Thirty-six (23.5%) patients achieving complete pathological response (ypCR) had a 5-year disease-free survival (DFS) rate of 100% compared with a DFS rate of 74% for 117 (76.5%) patients without ypCR (P = 0.003). The Royal College of Pathologists (RCPath) TRG best condenses the Mandard five-point TRG by stratifying patients into three groups with distinct 5-year DFS rates of 100%, 86% and 67%, respectively (P = 0.001). In multivariate analysis, pathological nodal status and circumferential resection margin (CRM) status, but not TRG, remained significant predictors of DFS (P = 0.002, P = 0.035 and P = 0.310, respectively).

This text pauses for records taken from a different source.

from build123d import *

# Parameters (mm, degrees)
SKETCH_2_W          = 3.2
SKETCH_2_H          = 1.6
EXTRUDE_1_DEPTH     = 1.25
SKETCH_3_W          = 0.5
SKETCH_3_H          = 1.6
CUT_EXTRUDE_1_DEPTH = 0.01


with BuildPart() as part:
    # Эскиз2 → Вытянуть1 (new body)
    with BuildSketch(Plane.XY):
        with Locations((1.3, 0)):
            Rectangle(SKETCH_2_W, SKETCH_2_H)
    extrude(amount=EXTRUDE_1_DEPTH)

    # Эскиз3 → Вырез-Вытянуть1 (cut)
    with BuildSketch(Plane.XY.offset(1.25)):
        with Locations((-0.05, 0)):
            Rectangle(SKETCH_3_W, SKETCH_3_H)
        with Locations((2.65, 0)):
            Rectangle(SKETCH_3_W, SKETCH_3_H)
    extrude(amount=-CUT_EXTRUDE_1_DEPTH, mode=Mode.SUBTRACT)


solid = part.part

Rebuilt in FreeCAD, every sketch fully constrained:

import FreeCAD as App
import Part
import Sketcher

V = App.Vector

doc = App.newDocument("Part")
params = doc.addObject("Spreadsheet::Sheet", "Params")
for row, (alias, value) in enumerate([
    ("sketch1_width", "3.2 mm"),
    ("sketch1_height", "1.6 mm"),
    ("pad1_length", "1.25 mm"),
    ("sketch2_width", "0.5 mm"),
    ("sketch2_height", "1.6 mm"),
    ("pocket1_length", "0.01 mm"),
], start=1):
    params.set(f"A{row}", alias)
    params.set(f"B{row}", "=" + value)
    params.setAlias(f"B{row}", alias)

body = doc.addObject("PartDesign::Body", "Body")

# Sketch on XY plane
sketch1 = body.newObject("Sketcher::SketchObject", "Sketch")
sketch1.AttachmentSupport = (doc.getObject("XY_Plane"), [""])
sketch1.MapMode = "FlatFace"
sketch1.addGeometry([
    Part.LineSegment(V(-0.3, 0.8, 0), V(-0.3, -0.8, 0)),
    Part.LineSegment(V(-0.3, -0.8, 0), V(2.9, -0.8, 0)),
    Part.LineSegment(V(2.9, -0.8, 0), V(2.9, 0.8, 0)),
    Part.LineSegment(V(2.9, 0.8, 0), V(-0.3, 0.8, 0)),
], False)
sketch1.addConstraint([
    Sketcher.Constraint("Coincident", 0, 2, 1, 1),
    Sketcher.Constraint("Coincident", 1, 2, 2, 1),
    Sketcher.Constraint("Coincident", 2, 2, 3, 1),
    Sketcher.Constraint("Coincident", 3, 2, 0, 1),
    Sketcher.Constraint("Vertical", 0),
    Sketcher.Constraint("Horizontal", 1),
    Sketcher.Constraint("Vertical", 2),
    Sketcher.Constraint("Horizontal", 3),
    Sketcher.Constraint("DistanceX", 1, 1, 1, 2, 3.2),
    Sketcher.Constraint("DistanceY", 0, 2, 0, 1, 1.6),
    Sketcher.Constraint("DistanceX", 0, 2, -1, 1, 0.3),
    Sketcher.Constraint("DistanceY", 0, 2, -1, 1, 0.8),
])
sketch1.setExpression("Constraints[8]", "Params.sketch1_width")
sketch1.setExpression("Constraints[9]", "Params.sketch1_height")
pad1 = body.newObject("PartDesign::Pad", "Pad")
pad1.Profile = sketch1
pad1.setExpression("Length", "Params.pad1_length")

# Sketch on XY plane
sketch2 = body.newObject("Sketcher::SketchObject", "Sketch001")
sketch2.AttachmentSupport = (doc.getObject("XY_Plane"), [""])
sketch2.MapMode = "FlatFace"
sketch2.AttachmentOffset = App.Placement(V(0, 0, 1.25), App.Rotation())
sketch2.addGeometry([
    Part.LineSegment(V(-0.3, 0.8, 0), V(-0.3, -0.8, 0)),  # 0
    Part.LineSegment(V(-0.3, -0.8, 0), V(0.2, -0.8, 0)),  # 1
    Part.LineSegment(V(0.2, -0.8, 0), V(0.2, 0.8, 0)),  # 2
    Part.LineSegment(V(0.2, 0.8, 0), V(-0.3, 0.8, 0)),  # 3
    Part.LineSegment(V(2.4, 0.8, 0), V(2.4, -0.8, 0)),  # 4
    Part.LineSegment(V(2.4, -0.8, 0), V(2.9, -0.8, 0)),  # 5
    Part.LineSegment(V(2.9, -0.8, 0), V(2.9, 0.8, 0)),  # 6
    Part.LineSegment(V(2.9, 0.8, 0), V(2.4, 0.8, 0)),  # 7
], False)
sketch2.addConstraint([
    Sketcher.Constraint("Coincident", 0, 2, 1, 1),
    Sketcher.Constraint("Coincident", 1, 2, 2, 1),
    Sketcher.Constraint("Coincident", 2, 2, 3, 1),
    Sketcher.Constraint("Coincident", 3, 2, 0, 1),
    Sketcher.Constraint("Coincident", 4, 2, 5, 1),
    Sketcher.Constraint("Coincident", 5, 2, 6, 1),
    Sketcher.Constraint("Coincident", 6, 2, 7, 1),
    Sketcher.Constraint("Coincident", 7, 2, 4, 1),
    Sketcher.Constraint("Vertical", 0),
    Sketcher.Constraint("Horizontal", 1),
    Sketcher.Constraint("Vertical", 2),
    Sketcher.Constraint("Horizontal", 3),
    Sketcher.Constraint("Vertical", 4),
    Sketcher.Constraint("Horizontal", 5),
    Sketcher.Constraint("Vertical", 6),
    Sketcher.Constraint("Horizontal", 7),
    Sketcher.Constraint("Horizontal", 1, 2, 4, 2),
    Sketcher.Constraint("Horizontal", 3, 2, 6, 2),
    Sketcher.Constraint("Equal", 3, 5),
    Sketcher.Constraint("DistanceX", 1, 1, 1, 2, 0.5),
    Sketcher.Constraint("DistanceY", 0, 2, 0, 1, 1.6),
    Sketcher.Constraint("DistanceX", 0, 2, -1, 1, 0.3),
    Sketcher.Constraint("DistanceY", 0, 2, -1, 1, 0.8),
    Sketcher.Constraint("DistanceX", -1, 1, 4, 2, 2.4),
])
sketch2.setExpression("Constraints[19]", "Params.sketch2_width")
sketch2.setExpression("Constraints[20]", "Params.sketch2_height")
pocket1 = body.newObject("PartDesign::Pocket", "Pocket")
pocket1.Profile = sketch2
pocket1.setExpression("Length", "Params.pocket1_length")

doc.recompute()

Our findings support the notion that ypCR status, nodal status after neoadjuvant CRT and CRM status, but not TRG, are predictors of long-term survival in patients with locally advanced rectal cancer.
迄今为止,肿瘤退缩分级(TRG)是否能预测直肠癌的预后尚无统一共识。此外,TRG 分级缺乏标准化是发表研究中变异性较大的主要原因。本研究旨在评估新辅助放化疗(CRT)治疗局部晚期直肠癌患者中 TRG 的预后影响。除了 Mandard TRG 外,我们还使用了从 Mandard TRG 系统修改的四个 TRG 系统,并将其应用于该队列,以评估哪种 TRG 系统最具信息性。
153 例 T3/T4 和/或淋巴结阳性直肠癌患者接受 5-氟尿嘧啶为基础的新辅助 CRT 治疗,然后行手术切除。
36 例(23.5%)完全病理缓解(ypCR)患者的 5 年无病生存率(DFS)为 100%,而 117 例无 ypCR 患者的 DFS 率为 74%(P=0.003)。皇家病理学院(RCPath)TRG 通过将患者分为三组,分别具有 5 年 DFS 率为 100%、86%和 67%,最佳地浓缩了 Mandard 五分制 TRG(P=0.001)。多变量分析显示,病理淋巴结状态和环周切缘(CRM)状态,但不是 TRG,仍然是 DFS 的显著预测因素(P=0.002、P=0.035 和 P=0.310)。
我们的发现支持这样的观点,即 ypCR 状态、新辅助 CRT 后的淋巴结状态和 CRM 状态,但不是 TRG,是局部晚期直肠癌患者长期生存的预测因素。